O ambiente político, nos últimos anos, tem sido contaminado pelo extremismo e pelo ódio. Estamos tomados pela teoria do pêndulo, onde a alternância do poder fica na mesmice, ou como cantou Cazuza “um museu de grandes novidades”. A não concordância com posições nos faz optar pelo extremo oposto, como se não pudesse existir o equilíbrio entre pensamentos e teses distintas. Se não existe uma verdade absoluta, o extremo jamais representará o melhor caminho. Não somos binários. As tradicionais peças do xadrez político nos remetem ao quente ou frio, sem que se possa optar pelo morno.

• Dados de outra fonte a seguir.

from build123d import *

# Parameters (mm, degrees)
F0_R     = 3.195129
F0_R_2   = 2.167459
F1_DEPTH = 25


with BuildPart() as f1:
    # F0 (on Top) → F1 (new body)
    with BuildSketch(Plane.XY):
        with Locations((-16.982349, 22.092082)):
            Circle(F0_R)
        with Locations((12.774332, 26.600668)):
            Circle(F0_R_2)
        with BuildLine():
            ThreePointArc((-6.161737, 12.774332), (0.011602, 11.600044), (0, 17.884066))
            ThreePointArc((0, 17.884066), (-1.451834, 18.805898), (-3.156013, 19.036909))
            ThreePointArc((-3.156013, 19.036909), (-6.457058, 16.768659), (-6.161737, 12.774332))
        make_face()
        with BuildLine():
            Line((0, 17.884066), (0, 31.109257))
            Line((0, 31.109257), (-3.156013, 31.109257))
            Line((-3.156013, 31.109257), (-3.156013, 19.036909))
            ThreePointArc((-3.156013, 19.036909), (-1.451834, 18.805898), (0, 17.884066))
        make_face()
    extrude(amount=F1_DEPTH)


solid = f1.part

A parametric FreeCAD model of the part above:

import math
import FreeCAD as App
import Part
import Sketcher

V = App.Vector
Q = App.Units.Quantity

doc = App.newDocument("Part")
params = doc.addObject("Spreadsheet::Sheet", "Params")
for row, (alias, value) in enumerate([
    ("pad1_length", "25 mm"),
], start=1):
    params.set(f"A{row}", alias)
    params.set(f"B{row}", "=" + value)
    params.setAlias(f"B{row}", alias)

body = doc.addObject("PartDesign::Body", "Body")
body.AllowCompound = True

# Sketch on XY plane
sketch1 = doc.addObject("Sketcher::SketchObject", "Sketch")
body.addObject(sketch1)
sketch1.AttachmentSupport = (doc.XY_Plane, [""])
sketch1.MapMode = "FlatFace"
sketch1.addGeometry([
    Part.Circle(V(-16.982349, 22.092082, 0), V(0, 0, 1), 3.195129),  # 0
    Part.Circle(V(12.774332, 26.600668, 0), V(0, 0, 1), 2.167459),  # 1
    Part.ArcOfCircle(Part.Circle(V(-2.589994, 14.737262, 0), V(0, 0, 1), 4.075591), math.radians(-151.208029), math.radians(50.543721)),  # 2
    Part.LineSegment(V(0, 17.884066, 0), V(0, 31.109257, 0)),  # 3
    Part.LineSegment(V(0, 31.109257, 0), V(-3.156013, 31.109257, 0)),  # 4
    Part.LineSegment(V(-3.156013, 31.109257, 0), V(-3.156013, 19.036909, 0)),  # 5
    Part.ArcOfCircle(Part.Circle(V(-2.831613, 15.028626, 0), V(0, 0, 1), 4.021389), math.radians(94.627005), math.radians(214.095637)),  # 6
], False)
sketch1.addConstraint([
    Sketcher.Constraint("Coincident", 2, 2, 3, 1),
    Sketcher.Constraint("Coincident", 3, 2, 4, 1),
    Sketcher.Constraint("Coincident", 4, 2, 5, 1),
    Sketcher.Constraint("Coincident", 5, 2, 6, 1),
    Sketcher.Constraint("Coincident", 6, 2, 2, 1),
    Sketcher.Constraint("Vertical", 3),
    Sketcher.Constraint("Horizontal", 4),
    Sketcher.Constraint("Vertical", 5),
    Sketcher.Constraint("PointOnObject", 2, 2, -2),
    Sketcher.Constraint("Diameter", 0, Q("6.390258 mm")),
    Sketcher.Constraint("Radius", 2, Q("4.075591 mm")),
    Sketcher.Constraint("Radius", 6, Q("4.021389 mm")),
    Sketcher.Constraint("Diameter", 1, Q("4.334918 mm")),
    Sketcher.Constraint("DistanceY", 3, 1, 3, 2, Q("13.225191 mm")),
    Sketcher.Constraint("DistanceX", 4, 2, 6, 3, Q("0.3244 mm")),
    Sketcher.Constraint("DistanceX", 4, 2, 4, 1, Q("3.156013 mm")),
    Sketcher.Constraint("DistanceY", 5, 2, 5, 1, Q("12.072348 mm")),
    Sketcher.Constraint("DistanceX", 0, 3, -1, 1, Q("16.982349 mm")),
    Sketcher.Constraint("DistanceX", -1, 1, 1, 3, Q("12.774332 mm")),
    Sketcher.Constraint("DistanceY", -1, 1, 5, 2, Q("19.036909 mm")),
    Sketcher.Constraint("DistanceY", 2, 3, 0, 3, Q("7.35482 mm")),
    Sketcher.Constraint("DistanceX", 6, 3, 2, 3, Q("0.241618 mm")),
    Sketcher.Constraint("DistanceY", 1, 3, 3, 2, Q("4.508589 mm")),
])
pad1 = doc.addObject("PartDesign::Pad", "Pad")
body.addObject(pad1)
pad1.Profile = sketch1
pad1.setExpression("Length", "Params.pad1_length")

doc.recompute()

O recado da população foi que mudar é preciso. Os movimentos políticos dos últimos dias colocaram o Brasil na gangorra onde o eleitor estará, novamente, em cima ou embaixo. O equilíbrio é importante para que as eleições de 2022, a festa da democracia, não nos imponham a escolha de Sofia.

O eleitor precisa se transformar no protagonista dessa festa. Caso contrário, será submetido ao interesse dos outros, sujeito a quem faz da política a defesa do interesse próprio. Como diz Cazuza “não me convidaram para essa festa pobre que os homens armaram para me convencer”. Se não tomar a iniciativa, o eleitor pagará a conta, mas não entrará na festa, como Cazuza desabafou na canção, “não me ofereceram nem um cigarro, fiquei na porta estacionando os carros”. Essa é a frustração por deixarmos que os outros decidam o nosso destino. O dilema entre o esperar e o fazer, entre o acomodar e o buscar. A escolha entre passar pela vida ou fazer dela a oportunidade de construir seus próprios sonhos.

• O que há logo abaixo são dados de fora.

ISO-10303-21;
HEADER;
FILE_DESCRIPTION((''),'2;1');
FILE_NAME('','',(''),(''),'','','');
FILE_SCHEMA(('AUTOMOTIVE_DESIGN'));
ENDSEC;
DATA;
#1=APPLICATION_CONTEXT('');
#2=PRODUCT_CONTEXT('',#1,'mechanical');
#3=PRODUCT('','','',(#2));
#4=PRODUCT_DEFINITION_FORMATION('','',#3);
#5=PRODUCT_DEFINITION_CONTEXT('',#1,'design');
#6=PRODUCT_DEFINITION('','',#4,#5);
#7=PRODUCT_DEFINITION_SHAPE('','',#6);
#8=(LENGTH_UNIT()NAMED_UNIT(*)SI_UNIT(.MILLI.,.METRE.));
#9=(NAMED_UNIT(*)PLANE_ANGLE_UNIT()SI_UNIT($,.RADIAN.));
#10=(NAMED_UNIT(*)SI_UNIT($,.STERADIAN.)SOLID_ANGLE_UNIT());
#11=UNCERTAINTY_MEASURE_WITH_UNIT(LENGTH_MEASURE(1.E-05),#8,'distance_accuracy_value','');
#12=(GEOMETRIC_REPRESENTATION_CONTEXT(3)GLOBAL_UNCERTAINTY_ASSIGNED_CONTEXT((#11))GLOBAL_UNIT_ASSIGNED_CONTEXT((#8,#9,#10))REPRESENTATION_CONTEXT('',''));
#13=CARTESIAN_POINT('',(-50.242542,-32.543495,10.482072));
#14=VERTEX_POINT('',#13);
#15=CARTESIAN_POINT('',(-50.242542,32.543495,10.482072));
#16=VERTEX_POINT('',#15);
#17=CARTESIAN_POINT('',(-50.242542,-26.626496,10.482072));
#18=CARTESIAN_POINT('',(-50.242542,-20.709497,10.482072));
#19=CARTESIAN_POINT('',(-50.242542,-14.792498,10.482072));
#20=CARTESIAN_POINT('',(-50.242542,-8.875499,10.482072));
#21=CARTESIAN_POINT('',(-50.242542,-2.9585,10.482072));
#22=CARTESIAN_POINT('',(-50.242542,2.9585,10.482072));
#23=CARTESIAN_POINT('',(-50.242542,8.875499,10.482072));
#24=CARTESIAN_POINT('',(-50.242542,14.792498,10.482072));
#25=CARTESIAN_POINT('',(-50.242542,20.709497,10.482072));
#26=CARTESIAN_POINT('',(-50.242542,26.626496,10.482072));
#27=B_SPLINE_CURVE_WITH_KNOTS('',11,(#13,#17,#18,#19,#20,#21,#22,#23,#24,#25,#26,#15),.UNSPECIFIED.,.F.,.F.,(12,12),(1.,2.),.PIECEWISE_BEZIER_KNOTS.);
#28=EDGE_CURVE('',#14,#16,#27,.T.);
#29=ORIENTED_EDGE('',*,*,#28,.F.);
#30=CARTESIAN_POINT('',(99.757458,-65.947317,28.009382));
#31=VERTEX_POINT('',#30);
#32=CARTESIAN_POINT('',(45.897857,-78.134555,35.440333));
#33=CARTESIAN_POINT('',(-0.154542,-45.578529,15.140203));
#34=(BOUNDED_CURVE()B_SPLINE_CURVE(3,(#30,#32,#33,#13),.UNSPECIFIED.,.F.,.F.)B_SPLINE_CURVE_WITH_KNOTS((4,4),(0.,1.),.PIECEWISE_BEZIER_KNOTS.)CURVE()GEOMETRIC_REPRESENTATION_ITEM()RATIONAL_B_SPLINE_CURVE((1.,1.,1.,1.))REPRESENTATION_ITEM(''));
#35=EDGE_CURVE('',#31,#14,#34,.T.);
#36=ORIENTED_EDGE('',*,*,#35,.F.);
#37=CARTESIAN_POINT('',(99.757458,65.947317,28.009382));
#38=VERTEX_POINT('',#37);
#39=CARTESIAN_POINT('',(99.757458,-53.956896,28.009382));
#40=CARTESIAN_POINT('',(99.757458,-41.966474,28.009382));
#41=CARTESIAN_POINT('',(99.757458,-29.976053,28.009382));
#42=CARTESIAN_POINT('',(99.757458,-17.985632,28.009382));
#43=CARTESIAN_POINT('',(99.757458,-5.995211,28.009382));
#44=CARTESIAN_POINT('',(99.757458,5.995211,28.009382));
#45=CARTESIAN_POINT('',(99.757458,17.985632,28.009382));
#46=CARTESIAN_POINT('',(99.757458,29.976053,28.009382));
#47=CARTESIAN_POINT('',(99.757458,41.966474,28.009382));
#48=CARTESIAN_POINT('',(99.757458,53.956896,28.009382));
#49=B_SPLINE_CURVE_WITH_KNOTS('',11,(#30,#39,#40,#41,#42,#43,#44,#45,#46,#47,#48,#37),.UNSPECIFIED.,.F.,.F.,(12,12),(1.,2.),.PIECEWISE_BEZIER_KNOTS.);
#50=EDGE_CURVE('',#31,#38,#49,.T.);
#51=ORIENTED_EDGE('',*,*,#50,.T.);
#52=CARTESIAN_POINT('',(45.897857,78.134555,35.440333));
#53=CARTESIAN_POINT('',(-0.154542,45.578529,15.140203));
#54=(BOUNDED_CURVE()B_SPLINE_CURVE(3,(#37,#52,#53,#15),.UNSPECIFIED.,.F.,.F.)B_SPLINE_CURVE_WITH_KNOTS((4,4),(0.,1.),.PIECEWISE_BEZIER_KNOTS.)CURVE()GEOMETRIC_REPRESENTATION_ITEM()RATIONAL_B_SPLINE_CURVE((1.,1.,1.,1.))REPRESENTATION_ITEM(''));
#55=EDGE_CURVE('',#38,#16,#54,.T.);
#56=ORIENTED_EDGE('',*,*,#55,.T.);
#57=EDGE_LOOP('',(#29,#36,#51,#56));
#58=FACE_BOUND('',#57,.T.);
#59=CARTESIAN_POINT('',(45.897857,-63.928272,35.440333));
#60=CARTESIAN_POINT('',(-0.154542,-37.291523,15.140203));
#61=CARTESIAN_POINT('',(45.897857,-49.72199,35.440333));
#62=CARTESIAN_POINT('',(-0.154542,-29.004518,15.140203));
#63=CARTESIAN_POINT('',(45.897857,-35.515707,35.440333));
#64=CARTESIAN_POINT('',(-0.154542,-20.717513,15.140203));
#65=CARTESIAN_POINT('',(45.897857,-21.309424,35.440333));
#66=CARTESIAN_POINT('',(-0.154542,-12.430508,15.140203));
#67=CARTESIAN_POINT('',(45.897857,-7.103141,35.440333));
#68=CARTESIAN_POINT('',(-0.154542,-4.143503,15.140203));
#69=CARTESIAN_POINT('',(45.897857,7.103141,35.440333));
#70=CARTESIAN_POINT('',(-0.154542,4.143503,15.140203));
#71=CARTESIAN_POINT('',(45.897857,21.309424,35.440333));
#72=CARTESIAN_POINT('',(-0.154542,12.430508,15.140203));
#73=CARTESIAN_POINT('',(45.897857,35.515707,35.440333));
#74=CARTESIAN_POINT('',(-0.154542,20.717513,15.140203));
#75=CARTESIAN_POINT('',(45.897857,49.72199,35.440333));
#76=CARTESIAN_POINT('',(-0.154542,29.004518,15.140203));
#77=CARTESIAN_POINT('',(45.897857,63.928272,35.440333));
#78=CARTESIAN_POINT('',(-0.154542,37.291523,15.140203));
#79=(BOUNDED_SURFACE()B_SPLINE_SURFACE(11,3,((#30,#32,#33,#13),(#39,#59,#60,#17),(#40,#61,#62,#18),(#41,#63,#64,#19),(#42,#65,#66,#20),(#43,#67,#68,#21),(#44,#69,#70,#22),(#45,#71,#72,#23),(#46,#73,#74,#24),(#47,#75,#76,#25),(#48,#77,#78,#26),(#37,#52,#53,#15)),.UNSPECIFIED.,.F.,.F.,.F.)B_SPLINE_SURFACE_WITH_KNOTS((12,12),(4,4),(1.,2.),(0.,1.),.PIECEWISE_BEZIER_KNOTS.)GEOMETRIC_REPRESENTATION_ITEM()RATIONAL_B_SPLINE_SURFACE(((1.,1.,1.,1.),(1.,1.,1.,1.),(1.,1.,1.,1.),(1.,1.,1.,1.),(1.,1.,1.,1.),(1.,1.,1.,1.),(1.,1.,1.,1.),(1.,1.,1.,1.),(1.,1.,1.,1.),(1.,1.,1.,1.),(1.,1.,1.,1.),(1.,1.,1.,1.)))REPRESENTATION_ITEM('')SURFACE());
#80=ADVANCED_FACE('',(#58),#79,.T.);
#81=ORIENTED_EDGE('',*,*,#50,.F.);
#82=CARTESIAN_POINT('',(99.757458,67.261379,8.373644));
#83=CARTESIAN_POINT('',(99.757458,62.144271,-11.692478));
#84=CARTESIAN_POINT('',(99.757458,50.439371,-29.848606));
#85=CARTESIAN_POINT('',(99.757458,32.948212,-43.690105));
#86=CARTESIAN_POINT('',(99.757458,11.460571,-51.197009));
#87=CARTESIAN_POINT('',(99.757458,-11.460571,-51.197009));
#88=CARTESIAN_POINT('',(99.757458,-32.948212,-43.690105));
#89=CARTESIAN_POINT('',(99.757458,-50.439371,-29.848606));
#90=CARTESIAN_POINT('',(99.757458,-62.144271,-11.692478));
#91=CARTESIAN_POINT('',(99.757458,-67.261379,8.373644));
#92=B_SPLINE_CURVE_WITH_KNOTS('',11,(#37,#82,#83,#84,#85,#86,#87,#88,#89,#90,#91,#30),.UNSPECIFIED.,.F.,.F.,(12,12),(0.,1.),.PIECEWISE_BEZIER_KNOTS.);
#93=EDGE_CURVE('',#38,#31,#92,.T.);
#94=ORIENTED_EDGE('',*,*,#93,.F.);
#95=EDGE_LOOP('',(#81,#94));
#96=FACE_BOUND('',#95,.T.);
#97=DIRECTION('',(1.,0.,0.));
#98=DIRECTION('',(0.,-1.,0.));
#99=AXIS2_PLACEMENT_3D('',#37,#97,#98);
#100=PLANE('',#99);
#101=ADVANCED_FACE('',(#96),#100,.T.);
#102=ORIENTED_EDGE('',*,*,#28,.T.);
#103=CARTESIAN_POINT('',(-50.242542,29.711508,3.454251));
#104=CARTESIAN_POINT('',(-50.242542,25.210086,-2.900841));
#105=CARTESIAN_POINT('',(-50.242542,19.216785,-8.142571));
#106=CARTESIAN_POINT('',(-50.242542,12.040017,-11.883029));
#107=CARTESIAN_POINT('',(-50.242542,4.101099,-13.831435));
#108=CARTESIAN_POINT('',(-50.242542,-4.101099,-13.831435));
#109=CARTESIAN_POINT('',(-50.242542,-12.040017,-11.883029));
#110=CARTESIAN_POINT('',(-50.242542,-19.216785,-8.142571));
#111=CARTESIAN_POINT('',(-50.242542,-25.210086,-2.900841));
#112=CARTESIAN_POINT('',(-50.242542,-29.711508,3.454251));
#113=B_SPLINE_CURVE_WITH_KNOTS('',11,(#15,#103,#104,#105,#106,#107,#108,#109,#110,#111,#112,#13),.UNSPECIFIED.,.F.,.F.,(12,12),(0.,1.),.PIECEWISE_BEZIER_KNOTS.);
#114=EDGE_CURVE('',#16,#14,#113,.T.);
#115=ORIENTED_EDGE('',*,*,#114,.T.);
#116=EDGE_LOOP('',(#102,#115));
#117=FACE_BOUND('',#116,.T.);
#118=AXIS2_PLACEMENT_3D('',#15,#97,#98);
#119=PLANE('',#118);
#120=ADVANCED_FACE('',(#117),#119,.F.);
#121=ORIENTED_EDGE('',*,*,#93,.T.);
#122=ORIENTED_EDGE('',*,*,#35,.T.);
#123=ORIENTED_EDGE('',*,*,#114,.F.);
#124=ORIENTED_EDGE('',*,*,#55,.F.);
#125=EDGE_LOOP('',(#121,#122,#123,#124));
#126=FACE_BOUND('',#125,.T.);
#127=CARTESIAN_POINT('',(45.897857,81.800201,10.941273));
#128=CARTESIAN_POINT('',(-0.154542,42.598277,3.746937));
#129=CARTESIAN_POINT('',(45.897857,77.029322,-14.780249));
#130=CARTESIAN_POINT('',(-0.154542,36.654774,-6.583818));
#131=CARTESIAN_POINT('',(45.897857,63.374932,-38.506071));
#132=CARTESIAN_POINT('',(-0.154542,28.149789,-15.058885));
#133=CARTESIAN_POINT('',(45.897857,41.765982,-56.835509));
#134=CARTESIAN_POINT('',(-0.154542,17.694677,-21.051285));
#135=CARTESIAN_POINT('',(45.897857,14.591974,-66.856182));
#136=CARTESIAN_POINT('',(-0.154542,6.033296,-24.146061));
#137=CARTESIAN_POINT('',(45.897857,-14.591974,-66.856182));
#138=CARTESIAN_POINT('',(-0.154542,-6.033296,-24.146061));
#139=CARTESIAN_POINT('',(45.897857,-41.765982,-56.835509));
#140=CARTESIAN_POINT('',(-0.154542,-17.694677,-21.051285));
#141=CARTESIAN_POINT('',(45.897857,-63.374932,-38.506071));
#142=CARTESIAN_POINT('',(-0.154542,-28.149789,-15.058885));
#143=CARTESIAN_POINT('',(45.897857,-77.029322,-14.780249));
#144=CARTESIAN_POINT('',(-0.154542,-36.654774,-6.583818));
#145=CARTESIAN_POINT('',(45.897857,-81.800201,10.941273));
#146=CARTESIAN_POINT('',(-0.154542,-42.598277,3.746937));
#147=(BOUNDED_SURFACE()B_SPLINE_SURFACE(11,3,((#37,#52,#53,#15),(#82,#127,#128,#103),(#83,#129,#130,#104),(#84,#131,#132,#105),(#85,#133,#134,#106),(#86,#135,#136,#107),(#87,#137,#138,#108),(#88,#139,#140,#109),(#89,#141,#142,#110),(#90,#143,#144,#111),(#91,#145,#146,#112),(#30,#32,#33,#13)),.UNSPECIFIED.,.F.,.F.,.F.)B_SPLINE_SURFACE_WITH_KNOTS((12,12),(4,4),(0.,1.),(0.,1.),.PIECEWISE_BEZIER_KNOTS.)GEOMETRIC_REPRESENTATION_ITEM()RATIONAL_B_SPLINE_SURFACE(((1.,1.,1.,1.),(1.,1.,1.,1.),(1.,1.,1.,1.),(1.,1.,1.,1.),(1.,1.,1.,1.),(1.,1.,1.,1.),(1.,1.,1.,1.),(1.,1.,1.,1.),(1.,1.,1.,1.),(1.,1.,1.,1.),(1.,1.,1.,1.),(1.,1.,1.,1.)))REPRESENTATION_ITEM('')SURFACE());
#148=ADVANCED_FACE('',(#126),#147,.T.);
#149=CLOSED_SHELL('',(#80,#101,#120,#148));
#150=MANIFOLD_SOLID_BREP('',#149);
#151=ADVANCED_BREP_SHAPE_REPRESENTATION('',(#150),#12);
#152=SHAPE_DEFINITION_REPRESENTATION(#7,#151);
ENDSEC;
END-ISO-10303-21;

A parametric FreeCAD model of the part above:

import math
import FreeCAD as App
import Part
import Sketcher
from FreeCAD import Vector
Q = App.Units.Quantity

doc = App.newDocument("Part")
body = doc.addObject("PartDesign::Body", "Body")

sketch1 = doc.addObject("Sketcher::SketchObject", "Sketch")
body.addObject(sketch1)
sketch1.AttachmentSupport = (doc.YZ_Plane, [""])
sketch1.MapMode = "FlatFace"
sketch1.AttachmentOffset = App.Placement(Vector(0, 0, 99.757458), App.Rotation())
sketch1.addGeometry(Part.ArcOfCircle(Part.Circle(Vector(0, 23.596057, 0), Vector(0, 0, 1), 66.094826), math.radians(176.171362), math.radians(363.828638)), False)
sketch1.addGeometry(Part.LineSegment(Vector(-65.947317, 28.009382, 0), Vector(65.947317, 28.009382, 0)), False)
sketch1.addConstraint(Sketcher.Constraint("Coincident", 0, 1, 1, 1))
sketch1.addConstraint(Sketcher.Constraint("Coincident", 1, 2, 0, 2))
sketch1.addConstraint(Sketcher.Constraint("Horizontal", 1))
sketch1.addConstraint(Sketcher.Constraint("PointOnObject", 0, 3, -2))
sketch1.addConstraint(Sketcher.Constraint("Radius", 0, Q("66.094826 mm")))
sketch1.addConstraint(Sketcher.Constraint("DistanceX", 1, 1, 1, 2, Q("131.894634 mm")))
sketch1.addConstraint(Sketcher.Constraint("DistanceY", -1, 1, 1, 2, Q("28.009382 mm")))

sketch2 = doc.addObject("Sketcher::SketchObject", "Sketch001")
body.addObject(sketch2)
sketch2.AttachmentSupport = (doc.YZ_Plane, [""])
sketch2.MapMode = "FlatFace"
sketch2.AttachmentOffset = App.Placement(Vector(0, 0, 49.757458), App.Rotation())
sketch2.addGeometry(Part.ArcOfCircle(Part.Circle(Vector(0, 23.596057, 0), Vector(0, 0, 1), 66.094826), math.radians(176.171362), math.radians(363.828638)), False)
sketch2.addGeometry(Part.LineSegment(Vector(-65.947317, 28.009382, 0), Vector(65.947317, 28.009382, 0)), False)
sketch2.addConstraint(Sketcher.Constraint("Coincident", 0, 1, 1, 1))
sketch2.addConstraint(Sketcher.Constraint("Coincident", 1, 2, 0, 2))
sketch2.addConstraint(Sketcher.Constraint("Horizontal", 1))
sketch2.addConstraint(Sketcher.Constraint("PointOnObject", 0, 3, -2))
sketch2.addConstraint(Sketcher.Constraint("Radius", 0, Q("66.094826 mm")))
sketch2.addConstraint(Sketcher.Constraint("DistanceX", 1, 1, 1, 2, Q("131.894634 mm")))
sketch2.addConstraint(Sketcher.Constraint("DistanceY", -1, 1, 1, 2, Q("28.009382 mm")))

Não esperar, não pedir, ir lá e fazer. Essa é a melhor tradução para a palavra mudar. Não é fácil sair da zona de conforto para enfrentar a incerteza de um mundo de injustiças e ingratidões. A definição entre o esperar ou mudar é o que pode evitar a escolha de Sofia. Participar da festa pode ser o caminho de quem não quer decidir entre extremos inconciliáveis. Afinal, já ficou provado que o menos ruim não resolve. O chamado da política consciente deve entrar no jogo de 2022 para que se evite a escolha impossível. O rock marcou as gerações com a irreverência de quem quer mudar, de quem não nasceu para esperar, mas para fazer. Sair da zona de conforto e assumir o protagonismo. A arte de Cazuza nos ensinou a não esperar pela felicidade, mas vivê-la diariamente, como no verso “pro dia nascer feliz, essa é a vida que eu quis”. E qual será a vida que fará cada um, e uma nação, feliz?